Declaring Operations

print(sess.run(tf.div(3,4)))
0
print(sess.run(tf.truediv(3,4)))
0.75
print(sess.run(tf.floordiv(3.0,4.0)))
0.0
print(sess.run(tf.mod(22.0, 5.0)))
2.0
print(sess.run(tf.cross([1., 0., 0.], [0., 1., 0.])))
[ 0.  0.  1.]

Implementing Activation Functions

print(sess.run(tf.nn.relu([-3., 3., 10.])))
[  0.   3.  10.]
print(sess.run(tf.nn.relu6([-3., 3., 10.])))
[ 0.  3.  6.]
print(sess.run(tf.nn.sigmoid([-1., 0., 1.])))
[ 0.26894143  0.5         0.7310586 ]
print(sess.run(tf.nn.tanh([-1., 0., 1.])))
[-0.76159418  0.          0.76159418]
print(sess.run(tf.nn.softsign([-1., 0., -1.])))
[-0.5  0.  -0.5]
print(sess.run(tf.nn.softplus([-1., 0., -1.])))
[ 0.31326166  0.69314718  0.31326166]
print(sess.run(tf.nn.elu([-1., 0., 100.])))
[  -0.63212055    0.          100.        ]

Working with Data Sources

from sklearn import datasets
iris = datasets.load_iris()
print(len(iris.data))
150
print(len(iris.target))
150
print(iris.target)
[0 0 0 0 0 0 0 0 0 0 0 0 0 0 0 0 0 0 0 0 0 0 0 0 0 0 0 0 0 0 0 0 0 0 0 0 0
 0 0 0 0 0 0 0 0 0 0 0 0 0 1 1 1 1 1 1 1 1 1 1 1 1 1 1 1 1 1 1 1 1 1 1 1 1
 1 1 1 1 1 1 1 1 1 1 1 1 1 1 1 1 1 1 1 1 1 1 1 1 1 1 2 2 2 2 2 2 2 2 2 2 2
 2 2 2 2 2 2 2 2 2 2 2 2 2 2 2 2 2 2 2 2 2 2 2 2 2 2 2 2 2 2 2 2 2 2 2 2 2
 2 2]
print(set(iris.target))
{0, 1, 2}

Chapter 2. The TensorFlow Way

2.1 Operations in a Computational Graph

import numpy as np
x_vals = np.array([1., 3., 5., 7., 9.])
x_data = tf.placeholder(tf.float32)
m_const = tf.constant(3.)
my_product = tf.multiply(x_data, m_const)
for x_val in x_vals:
    print(sess.run(my_product, feed_dict={x_data: x_val}))
3.0
9.0
15.0
21.0
27.0

2.2 Layering Nested Operations

my_array = np.array([[1., 3., 5., 7., 9.],
                     [-2., 0., 2., 4., 6.],
                     [-6., -3., 0., 3., 6.]])
x_vals = np.array([my_array, my_array + 1])
x_data = tf.placeholder(tf.float32, shape=(3, 5))

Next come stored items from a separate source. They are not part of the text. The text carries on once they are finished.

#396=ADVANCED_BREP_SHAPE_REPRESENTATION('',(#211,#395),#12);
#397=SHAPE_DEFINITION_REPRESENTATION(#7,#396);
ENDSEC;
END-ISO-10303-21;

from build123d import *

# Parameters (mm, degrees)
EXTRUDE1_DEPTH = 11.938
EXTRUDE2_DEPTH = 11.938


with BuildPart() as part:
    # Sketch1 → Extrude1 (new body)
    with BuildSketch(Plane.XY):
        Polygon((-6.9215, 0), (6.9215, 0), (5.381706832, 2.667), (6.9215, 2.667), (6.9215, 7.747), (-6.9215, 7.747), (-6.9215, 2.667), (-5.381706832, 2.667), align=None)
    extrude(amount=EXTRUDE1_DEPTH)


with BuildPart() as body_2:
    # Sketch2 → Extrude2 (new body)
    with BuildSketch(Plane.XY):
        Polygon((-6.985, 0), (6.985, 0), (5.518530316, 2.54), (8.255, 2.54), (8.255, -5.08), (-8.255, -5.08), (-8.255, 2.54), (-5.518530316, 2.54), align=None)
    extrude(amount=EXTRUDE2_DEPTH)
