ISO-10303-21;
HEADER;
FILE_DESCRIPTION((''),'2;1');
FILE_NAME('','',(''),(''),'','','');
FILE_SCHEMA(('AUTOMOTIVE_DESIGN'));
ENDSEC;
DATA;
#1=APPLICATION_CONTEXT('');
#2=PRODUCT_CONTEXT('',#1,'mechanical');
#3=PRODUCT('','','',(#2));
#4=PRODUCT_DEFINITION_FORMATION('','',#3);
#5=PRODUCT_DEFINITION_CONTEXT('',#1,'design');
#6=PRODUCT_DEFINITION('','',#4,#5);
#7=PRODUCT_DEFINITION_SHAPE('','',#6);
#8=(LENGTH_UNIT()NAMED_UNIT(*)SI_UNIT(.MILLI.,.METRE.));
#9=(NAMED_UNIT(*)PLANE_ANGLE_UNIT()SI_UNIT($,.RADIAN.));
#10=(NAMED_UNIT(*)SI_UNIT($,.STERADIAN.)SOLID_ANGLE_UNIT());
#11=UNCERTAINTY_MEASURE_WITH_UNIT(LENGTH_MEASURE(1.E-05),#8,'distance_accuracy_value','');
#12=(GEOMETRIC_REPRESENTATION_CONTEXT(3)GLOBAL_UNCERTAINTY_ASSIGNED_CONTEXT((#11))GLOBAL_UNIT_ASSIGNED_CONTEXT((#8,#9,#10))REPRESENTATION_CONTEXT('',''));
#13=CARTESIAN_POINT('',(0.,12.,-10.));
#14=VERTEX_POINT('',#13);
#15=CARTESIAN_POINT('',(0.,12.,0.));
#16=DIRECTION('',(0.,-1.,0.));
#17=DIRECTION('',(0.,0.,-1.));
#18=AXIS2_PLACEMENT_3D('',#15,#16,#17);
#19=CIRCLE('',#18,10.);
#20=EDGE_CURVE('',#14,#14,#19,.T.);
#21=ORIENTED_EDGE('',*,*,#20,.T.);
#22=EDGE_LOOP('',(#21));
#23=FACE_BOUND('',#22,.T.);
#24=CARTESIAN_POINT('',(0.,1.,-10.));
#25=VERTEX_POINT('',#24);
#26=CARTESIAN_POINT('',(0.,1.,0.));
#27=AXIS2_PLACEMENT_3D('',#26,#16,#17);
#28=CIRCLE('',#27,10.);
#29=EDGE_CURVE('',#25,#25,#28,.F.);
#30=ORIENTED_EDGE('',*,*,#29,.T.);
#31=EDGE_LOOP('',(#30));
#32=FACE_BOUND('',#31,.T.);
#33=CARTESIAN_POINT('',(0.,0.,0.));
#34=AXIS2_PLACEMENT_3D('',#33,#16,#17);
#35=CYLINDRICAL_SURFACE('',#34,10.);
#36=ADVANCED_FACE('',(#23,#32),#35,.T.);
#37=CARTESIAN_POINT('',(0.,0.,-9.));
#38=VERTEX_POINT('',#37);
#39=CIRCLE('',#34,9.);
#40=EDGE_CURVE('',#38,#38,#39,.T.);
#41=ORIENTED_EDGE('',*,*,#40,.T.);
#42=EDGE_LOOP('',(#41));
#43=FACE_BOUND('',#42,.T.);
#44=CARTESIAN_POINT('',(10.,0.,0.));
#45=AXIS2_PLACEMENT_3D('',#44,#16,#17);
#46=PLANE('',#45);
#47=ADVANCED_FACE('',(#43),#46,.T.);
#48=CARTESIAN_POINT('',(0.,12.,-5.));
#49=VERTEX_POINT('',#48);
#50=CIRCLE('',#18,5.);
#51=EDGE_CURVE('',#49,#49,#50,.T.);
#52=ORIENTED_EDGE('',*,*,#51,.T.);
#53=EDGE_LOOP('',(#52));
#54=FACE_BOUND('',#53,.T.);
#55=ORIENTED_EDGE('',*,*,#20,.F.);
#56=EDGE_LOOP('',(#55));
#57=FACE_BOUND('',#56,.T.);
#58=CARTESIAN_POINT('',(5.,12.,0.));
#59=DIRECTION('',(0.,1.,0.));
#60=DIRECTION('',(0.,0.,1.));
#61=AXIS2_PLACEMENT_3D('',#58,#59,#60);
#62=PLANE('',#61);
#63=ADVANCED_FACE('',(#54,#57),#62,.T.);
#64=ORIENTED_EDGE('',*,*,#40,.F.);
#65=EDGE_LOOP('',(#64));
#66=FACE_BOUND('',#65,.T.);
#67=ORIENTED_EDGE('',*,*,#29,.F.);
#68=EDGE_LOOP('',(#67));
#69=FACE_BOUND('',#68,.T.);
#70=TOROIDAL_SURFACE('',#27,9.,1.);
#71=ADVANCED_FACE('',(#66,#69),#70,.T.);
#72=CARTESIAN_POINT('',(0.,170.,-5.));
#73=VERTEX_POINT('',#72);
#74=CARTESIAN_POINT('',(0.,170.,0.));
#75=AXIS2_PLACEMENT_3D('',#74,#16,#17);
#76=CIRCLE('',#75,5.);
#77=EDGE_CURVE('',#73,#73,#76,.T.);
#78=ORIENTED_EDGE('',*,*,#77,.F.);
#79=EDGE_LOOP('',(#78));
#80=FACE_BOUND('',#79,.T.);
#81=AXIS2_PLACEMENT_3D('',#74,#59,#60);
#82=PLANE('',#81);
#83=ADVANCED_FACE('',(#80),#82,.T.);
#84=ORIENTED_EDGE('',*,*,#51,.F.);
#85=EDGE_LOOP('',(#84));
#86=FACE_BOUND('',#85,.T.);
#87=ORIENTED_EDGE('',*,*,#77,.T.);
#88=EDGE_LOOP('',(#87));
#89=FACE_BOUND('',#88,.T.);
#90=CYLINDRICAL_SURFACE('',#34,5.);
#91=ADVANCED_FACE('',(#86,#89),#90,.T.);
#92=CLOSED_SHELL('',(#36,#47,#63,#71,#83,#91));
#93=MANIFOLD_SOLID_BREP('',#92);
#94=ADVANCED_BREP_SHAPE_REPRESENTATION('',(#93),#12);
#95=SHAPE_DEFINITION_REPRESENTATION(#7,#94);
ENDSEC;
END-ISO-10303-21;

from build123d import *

# Parameters (mm, degrees)
FILLET1_R = 1


with BuildPart() as part:
    # Sketch1 → Revolve1 (revolve)
    with BuildSketch(Plane.XY, mode=Mode.PRIVATE) as revolve1_sk:
        Polygon((0, 170), (5, 170), (5, 12), (10, 12), (10, 0), (0, 0), align=None)
    revolve(revolve1_sk.sketch.rotate(Axis((0, 0, 0), (0, 1, 0)), 90), axis=Axis((0, 0, 0), (0, 1, 0)))

    # Fillet1
    fillet1_edges = [part.edges().sort_by_distance(p)[0] for p in [
        (0, 0, 10),
    ]]
    fillet(fillet1_edges, radius=FILLET1_R)


solid = part.part
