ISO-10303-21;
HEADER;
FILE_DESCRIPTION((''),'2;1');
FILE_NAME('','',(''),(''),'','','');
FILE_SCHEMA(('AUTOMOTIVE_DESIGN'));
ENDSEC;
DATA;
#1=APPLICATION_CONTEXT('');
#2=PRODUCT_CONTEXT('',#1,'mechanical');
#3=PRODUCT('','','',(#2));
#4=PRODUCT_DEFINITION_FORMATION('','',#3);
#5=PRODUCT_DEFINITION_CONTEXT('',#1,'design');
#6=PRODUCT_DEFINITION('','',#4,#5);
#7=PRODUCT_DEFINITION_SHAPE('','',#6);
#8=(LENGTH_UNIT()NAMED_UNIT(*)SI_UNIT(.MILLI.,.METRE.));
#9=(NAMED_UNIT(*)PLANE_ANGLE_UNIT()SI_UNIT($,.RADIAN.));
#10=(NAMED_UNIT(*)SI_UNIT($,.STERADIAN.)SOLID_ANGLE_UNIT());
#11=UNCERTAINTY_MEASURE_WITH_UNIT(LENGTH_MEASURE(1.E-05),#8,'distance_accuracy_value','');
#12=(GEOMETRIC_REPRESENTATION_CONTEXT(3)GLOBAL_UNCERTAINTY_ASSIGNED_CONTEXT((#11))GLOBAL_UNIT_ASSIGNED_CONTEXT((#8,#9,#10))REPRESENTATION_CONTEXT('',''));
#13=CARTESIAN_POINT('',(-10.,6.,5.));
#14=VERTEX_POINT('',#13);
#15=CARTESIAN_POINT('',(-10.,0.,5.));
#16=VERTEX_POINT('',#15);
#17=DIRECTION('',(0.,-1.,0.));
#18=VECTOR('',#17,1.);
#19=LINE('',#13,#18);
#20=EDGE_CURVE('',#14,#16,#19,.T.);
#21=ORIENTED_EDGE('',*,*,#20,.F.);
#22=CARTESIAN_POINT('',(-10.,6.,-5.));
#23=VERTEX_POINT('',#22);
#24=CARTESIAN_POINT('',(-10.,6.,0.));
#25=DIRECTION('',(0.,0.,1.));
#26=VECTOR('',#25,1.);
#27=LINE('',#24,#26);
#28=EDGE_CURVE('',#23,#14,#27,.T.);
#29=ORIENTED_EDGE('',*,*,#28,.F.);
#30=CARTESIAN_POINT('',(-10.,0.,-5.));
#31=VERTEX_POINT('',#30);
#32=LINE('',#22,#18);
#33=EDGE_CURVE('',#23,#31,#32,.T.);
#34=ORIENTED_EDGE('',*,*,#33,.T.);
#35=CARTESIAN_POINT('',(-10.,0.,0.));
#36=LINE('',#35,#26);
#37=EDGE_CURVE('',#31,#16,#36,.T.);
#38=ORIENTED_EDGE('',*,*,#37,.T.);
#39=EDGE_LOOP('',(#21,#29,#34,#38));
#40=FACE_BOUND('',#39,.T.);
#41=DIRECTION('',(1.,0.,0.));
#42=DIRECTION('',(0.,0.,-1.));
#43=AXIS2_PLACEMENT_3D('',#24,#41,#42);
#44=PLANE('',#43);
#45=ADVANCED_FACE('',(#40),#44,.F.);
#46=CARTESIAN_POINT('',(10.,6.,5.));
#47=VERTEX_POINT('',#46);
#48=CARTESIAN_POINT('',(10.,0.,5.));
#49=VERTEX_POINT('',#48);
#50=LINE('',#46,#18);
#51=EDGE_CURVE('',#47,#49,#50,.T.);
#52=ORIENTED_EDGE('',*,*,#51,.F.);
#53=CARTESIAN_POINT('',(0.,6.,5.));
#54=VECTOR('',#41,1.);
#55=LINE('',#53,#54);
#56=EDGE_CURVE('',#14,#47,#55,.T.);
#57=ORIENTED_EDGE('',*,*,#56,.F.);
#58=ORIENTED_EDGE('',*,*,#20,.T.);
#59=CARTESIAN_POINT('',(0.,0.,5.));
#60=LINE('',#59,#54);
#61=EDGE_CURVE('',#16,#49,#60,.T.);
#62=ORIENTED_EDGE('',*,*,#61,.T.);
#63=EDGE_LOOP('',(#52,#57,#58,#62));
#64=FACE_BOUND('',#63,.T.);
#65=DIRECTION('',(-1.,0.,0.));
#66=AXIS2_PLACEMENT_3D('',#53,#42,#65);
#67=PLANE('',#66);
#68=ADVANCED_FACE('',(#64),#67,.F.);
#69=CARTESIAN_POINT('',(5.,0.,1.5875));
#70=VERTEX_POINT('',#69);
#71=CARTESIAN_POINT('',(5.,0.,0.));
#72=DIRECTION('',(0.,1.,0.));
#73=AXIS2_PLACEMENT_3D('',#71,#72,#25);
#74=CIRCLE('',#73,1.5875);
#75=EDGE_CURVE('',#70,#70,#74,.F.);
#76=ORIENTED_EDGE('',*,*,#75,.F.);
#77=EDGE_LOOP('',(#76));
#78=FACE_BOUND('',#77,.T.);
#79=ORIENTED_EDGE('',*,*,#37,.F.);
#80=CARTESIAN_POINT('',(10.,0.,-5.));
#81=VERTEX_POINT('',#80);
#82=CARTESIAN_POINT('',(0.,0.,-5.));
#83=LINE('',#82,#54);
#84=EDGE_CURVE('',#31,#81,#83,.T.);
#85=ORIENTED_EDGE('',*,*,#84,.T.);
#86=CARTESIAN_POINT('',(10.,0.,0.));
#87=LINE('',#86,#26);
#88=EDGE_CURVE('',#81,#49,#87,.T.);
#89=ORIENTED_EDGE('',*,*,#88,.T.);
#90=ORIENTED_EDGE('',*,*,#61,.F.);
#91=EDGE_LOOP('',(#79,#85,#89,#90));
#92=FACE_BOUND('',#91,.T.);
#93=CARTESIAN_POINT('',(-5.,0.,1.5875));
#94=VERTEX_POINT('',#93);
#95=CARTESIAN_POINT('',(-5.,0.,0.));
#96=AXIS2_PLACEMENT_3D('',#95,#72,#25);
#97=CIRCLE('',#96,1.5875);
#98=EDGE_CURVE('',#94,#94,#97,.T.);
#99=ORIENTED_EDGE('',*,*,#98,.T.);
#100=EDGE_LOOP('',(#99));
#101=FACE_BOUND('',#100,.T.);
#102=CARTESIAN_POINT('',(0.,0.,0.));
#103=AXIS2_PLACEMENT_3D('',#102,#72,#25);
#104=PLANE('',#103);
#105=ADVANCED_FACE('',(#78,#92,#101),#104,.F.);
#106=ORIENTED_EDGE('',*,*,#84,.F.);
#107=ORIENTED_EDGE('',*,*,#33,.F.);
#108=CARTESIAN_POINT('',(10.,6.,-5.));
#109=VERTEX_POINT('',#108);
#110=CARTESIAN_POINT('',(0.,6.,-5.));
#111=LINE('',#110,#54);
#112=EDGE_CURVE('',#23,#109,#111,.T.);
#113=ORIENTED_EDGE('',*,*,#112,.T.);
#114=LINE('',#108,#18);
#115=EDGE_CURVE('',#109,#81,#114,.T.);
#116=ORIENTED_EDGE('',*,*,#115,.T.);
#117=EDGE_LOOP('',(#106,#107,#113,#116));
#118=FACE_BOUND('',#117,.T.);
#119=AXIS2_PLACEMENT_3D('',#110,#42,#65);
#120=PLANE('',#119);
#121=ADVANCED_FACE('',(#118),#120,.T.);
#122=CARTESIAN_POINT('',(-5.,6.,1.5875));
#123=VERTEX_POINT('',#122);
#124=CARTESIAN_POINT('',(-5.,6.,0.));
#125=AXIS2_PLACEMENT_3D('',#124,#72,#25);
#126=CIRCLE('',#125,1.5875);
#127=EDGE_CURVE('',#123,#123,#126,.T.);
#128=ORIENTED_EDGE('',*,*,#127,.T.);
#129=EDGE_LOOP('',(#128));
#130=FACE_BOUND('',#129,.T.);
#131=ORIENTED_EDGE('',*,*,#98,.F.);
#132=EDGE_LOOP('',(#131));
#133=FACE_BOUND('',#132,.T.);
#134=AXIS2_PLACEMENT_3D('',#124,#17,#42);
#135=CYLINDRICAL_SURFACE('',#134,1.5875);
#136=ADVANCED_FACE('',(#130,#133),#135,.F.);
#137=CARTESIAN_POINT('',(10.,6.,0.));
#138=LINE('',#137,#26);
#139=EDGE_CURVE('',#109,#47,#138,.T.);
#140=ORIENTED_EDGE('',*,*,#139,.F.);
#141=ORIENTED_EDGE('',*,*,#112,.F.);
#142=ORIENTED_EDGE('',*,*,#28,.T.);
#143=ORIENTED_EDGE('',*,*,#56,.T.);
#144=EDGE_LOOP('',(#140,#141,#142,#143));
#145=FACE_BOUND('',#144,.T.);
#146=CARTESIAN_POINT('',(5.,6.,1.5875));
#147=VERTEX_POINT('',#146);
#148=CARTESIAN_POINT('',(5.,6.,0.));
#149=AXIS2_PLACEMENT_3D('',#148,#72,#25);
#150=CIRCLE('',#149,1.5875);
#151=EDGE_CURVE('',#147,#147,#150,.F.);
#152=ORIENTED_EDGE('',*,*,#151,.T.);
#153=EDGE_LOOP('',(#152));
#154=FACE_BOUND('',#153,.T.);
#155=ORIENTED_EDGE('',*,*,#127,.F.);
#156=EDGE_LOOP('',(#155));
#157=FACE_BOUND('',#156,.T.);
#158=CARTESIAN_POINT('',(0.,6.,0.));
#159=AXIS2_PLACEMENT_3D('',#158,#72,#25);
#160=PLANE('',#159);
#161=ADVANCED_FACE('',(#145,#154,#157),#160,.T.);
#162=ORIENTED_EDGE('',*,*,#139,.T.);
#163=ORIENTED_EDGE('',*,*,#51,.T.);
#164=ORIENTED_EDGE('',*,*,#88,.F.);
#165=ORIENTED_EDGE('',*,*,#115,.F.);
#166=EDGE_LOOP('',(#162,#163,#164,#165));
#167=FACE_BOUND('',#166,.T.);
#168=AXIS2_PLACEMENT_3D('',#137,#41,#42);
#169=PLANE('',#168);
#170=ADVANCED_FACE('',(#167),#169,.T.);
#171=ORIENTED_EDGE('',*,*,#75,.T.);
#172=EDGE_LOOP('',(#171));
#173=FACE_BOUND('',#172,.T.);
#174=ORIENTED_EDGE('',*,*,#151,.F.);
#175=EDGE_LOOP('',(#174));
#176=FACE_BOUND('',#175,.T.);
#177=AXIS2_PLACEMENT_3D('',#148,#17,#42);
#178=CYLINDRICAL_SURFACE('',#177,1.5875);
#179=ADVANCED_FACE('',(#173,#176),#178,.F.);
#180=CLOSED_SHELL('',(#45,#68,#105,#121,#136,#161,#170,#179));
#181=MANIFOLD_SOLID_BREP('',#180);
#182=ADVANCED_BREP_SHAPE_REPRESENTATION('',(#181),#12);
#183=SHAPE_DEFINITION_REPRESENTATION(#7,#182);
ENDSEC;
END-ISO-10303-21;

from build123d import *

# Parameters (mm, degrees)
SKETCH1_W           = 10
SKETCH1_H           = 10
SKETCH1_R           = 1.5875
BOSS_EXTRUDE1_DEPTH = 6


with BuildPart() as part:
    # Sketch1 → Boss-Extrude1 (new body)
    # profile 1 of 4: a face of its own
    with BuildSketch(Plane(origin=(0, 0, 0), x_dir=(1, 0, 0), z_dir=(0, 1, 0))):
        with BuildLine():
            Line((0, -5), (0, 5))
            Line((0, 5), (-5, 2.5))
            Line((-5, 2.5), (-5, 1.5875))
            ThreePointArc((-5, 1.5875), (-3.877467985, 1.122532015), (-3.4125, 0))
            ThreePointArc((-3.4125, 0), (-3.877467985, -1.122532015), (-5, -1.5875))
            Line((-5, -1.5875), (-5, -5))
            Line((-5, -5), (0, -5))
        make_face()
    # profile 2 of 4: a face of its own
    with BuildSketch(Plane(origin=(0, 0, 0), x_dir=(1, 0, 0), z_dir=(0, 1, 0))):
        with BuildLine():
            Line((-5, 2.5), (-10, 0))
            Line((-10, 0), (-10, -5))
            Line((-10, -5), (-5, -5))
            Line((-5, -5), (-5, -1.5875))
            ThreePointArc((-5, -1.5875), (-6.5875, 0), (-5, 1.5875))
            Line((-5, 1.5875), (-5, 2.5))
        make_face()
    # profile 3 of 4: a face of its own
    with BuildSketch(Plane(origin=(0, 0, 0), x_dir=(1, 0, 0), z_dir=(0, 1, 0))):
        Polygon((0, 5), (-10, 5), (-10, 0), (-5, 2.5), align=None)
    # profile 4 of 4: a face of its own
    with BuildSketch(Plane(origin=(0, 0, 0), x_dir=(1, 0, 0), z_dir=(0, 1, 0))):
        with Locations((5, 0)):
            Rectangle(SKETCH1_W, SKETCH1_H)
        with Locations(Location((5, 0, 0), (0, 0, 270))):
            Circle(SKETCH1_R, mode=Mode.SUBTRACT)
    extrude(amount=BOSS_EXTRUDE1_DEPTH)


solid = part.part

m1 = tf.constant([[1.],[0.],[-1.],[2.],[4.]])
m2 = tf.constant([[2.]])
a1 = tf.constant([[10.]])

prod1 = tf.matmul(x_data, m1)
prod2 = tf.matmul(prod1, m2)
add1 = tf.add(prod2, a1)

for x_val in x_vals:
    print(sess.run(add1, feed_dict={x_data: x_val}))
[[ 102.]
 [  66.]
 [  58.]]
[[ 114.]
 [  78.]
 [  70.]]
print(x_vals)
[[[  1.   3.   5.   7.   9.]
  [ -2.   0.   2.   4.   6.]
  [ -6.  -3.   0.   3.   6.]]

 [[  2.   4.   6.   8.  10.]
  [ -1.   1.   3.   5.   7.]
  [ -5.  -2.   1.   4.   7.]]]

2.3 Working with Multiple Layers

import tensorflow as tf
import numpy as np
sess = tf.Session()

# image number, height, width, and channel
# input tensor of shape [batch, in_height, in_width, in_channels]

x_shape = [1, 4, 4, 1]
x_val = np.random.uniform(size=x_shape)
x_data = tf.placeholder(tf.float32, shape=x_shape)

# filetr: [filter_height, filter_width, in_channels, out_channels]
my_filter = tf.constant(0.25, shape=[2, 2, 1, 1])
my_strides = [1, 2, 2, 1]
mov_avg_layer= tf.nn.conv2d(x_data, my_filter, my_strides, padding='SAME', name='Moving_Avg_Window')

# tf.squeeze, Removes dimensions of size 1 from the shape of a tensor.
# for example 't' is a tensor of shape [1, 2, 1, 3, 1, 1]
# shape(squeeze(t)) ==> [2, 3]

def custom_layer(input_matrix):
    input_matrix_sqeezed = tf.squeeze(input_matrix)
    A = tf.constant([[1., 2.], [-1., 3.]])
    b = tf.constant(1., shape=[2, 2])
    temp1 = tf.matmul(A, input_matrix_sqeezed)
    temp = tf.add(temp1, b) # Ax + b
    return(tf.sigmoid(temp))

with tf.name_scope('Custom_Layer') as scope:
    custom_layer1 = custom_layer(mov_avg_layer)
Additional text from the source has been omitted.